Segment Start: DATA FOR ANALYSIS
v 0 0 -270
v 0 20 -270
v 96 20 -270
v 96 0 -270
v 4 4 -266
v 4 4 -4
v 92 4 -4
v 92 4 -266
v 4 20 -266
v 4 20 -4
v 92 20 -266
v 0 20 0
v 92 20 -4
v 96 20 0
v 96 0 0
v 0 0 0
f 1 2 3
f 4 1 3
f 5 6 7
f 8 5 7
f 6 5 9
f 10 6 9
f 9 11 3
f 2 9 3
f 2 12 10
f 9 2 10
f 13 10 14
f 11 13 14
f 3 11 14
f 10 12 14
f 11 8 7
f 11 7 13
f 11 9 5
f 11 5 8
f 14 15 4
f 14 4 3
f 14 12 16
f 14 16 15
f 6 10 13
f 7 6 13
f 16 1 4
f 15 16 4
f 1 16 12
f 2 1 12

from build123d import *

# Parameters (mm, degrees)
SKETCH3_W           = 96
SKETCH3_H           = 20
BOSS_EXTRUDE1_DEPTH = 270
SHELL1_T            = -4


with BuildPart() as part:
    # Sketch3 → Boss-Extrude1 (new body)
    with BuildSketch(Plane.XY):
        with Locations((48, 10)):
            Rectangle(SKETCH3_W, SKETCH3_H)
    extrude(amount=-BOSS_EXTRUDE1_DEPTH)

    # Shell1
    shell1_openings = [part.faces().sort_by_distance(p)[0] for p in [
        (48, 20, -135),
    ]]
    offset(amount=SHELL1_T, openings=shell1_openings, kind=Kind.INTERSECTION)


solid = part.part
Segment End: DATA FOR ANALYSIS
Segment Start: DATA FOR ANALYSIS
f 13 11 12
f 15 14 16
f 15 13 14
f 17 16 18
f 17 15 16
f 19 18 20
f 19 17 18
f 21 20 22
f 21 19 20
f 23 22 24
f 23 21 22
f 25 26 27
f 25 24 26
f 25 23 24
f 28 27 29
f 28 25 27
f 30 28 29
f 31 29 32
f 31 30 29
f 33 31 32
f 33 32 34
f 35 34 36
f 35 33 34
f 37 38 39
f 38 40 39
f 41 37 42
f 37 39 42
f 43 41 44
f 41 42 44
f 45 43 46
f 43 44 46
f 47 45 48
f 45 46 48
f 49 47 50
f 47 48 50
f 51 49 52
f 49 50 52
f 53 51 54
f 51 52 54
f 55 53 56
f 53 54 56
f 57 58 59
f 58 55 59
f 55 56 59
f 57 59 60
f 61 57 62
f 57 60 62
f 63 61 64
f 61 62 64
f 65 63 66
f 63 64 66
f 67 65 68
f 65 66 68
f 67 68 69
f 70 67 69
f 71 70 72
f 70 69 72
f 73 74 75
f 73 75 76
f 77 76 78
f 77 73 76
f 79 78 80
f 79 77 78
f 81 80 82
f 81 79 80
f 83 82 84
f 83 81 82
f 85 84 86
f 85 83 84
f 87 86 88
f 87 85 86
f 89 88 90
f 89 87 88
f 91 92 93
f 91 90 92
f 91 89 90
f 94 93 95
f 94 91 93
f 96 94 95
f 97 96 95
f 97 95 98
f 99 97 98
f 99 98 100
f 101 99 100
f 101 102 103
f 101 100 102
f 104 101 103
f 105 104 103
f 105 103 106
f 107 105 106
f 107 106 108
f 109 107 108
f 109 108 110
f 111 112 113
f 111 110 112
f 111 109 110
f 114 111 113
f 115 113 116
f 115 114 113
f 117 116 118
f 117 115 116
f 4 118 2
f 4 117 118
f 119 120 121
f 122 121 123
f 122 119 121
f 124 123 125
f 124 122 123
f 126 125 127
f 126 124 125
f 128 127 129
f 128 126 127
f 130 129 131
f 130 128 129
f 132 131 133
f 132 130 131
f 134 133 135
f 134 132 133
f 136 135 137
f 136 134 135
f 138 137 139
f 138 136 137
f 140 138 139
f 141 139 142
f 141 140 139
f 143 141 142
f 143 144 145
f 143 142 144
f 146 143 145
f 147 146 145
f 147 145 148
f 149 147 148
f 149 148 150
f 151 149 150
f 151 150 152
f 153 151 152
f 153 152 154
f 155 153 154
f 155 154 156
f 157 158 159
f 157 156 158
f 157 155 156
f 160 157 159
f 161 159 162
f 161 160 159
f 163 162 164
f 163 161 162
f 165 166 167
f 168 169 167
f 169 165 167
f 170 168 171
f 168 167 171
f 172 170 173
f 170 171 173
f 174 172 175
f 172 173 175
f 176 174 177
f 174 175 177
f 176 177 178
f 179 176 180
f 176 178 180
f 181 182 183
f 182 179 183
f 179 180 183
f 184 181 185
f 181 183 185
Segment End: DATA FOR ANALYSIS
Copy the stretch of the records above that runs from the line with "f 161 159 162" through the line with "f 181 183 185". Both end lines belong in the copy, and nothing else does.

f 161 159 162
f 161 160 159
f 163 162 164
f 163 161 162
f 165 166 167
f 168 169 167
f 169 165 167
f 170 168 171
f 168 167 171
f 172 170 173
f 170 171 173
f 174 172 175
f 172 173 175
f 176 174 177
f 174 175 177
f 176 177 178
f 179 176 180
f 176 178 180
f 181 182 183
f 182 179 183
f 179 180 183
f 184 181 185
f 181 183 185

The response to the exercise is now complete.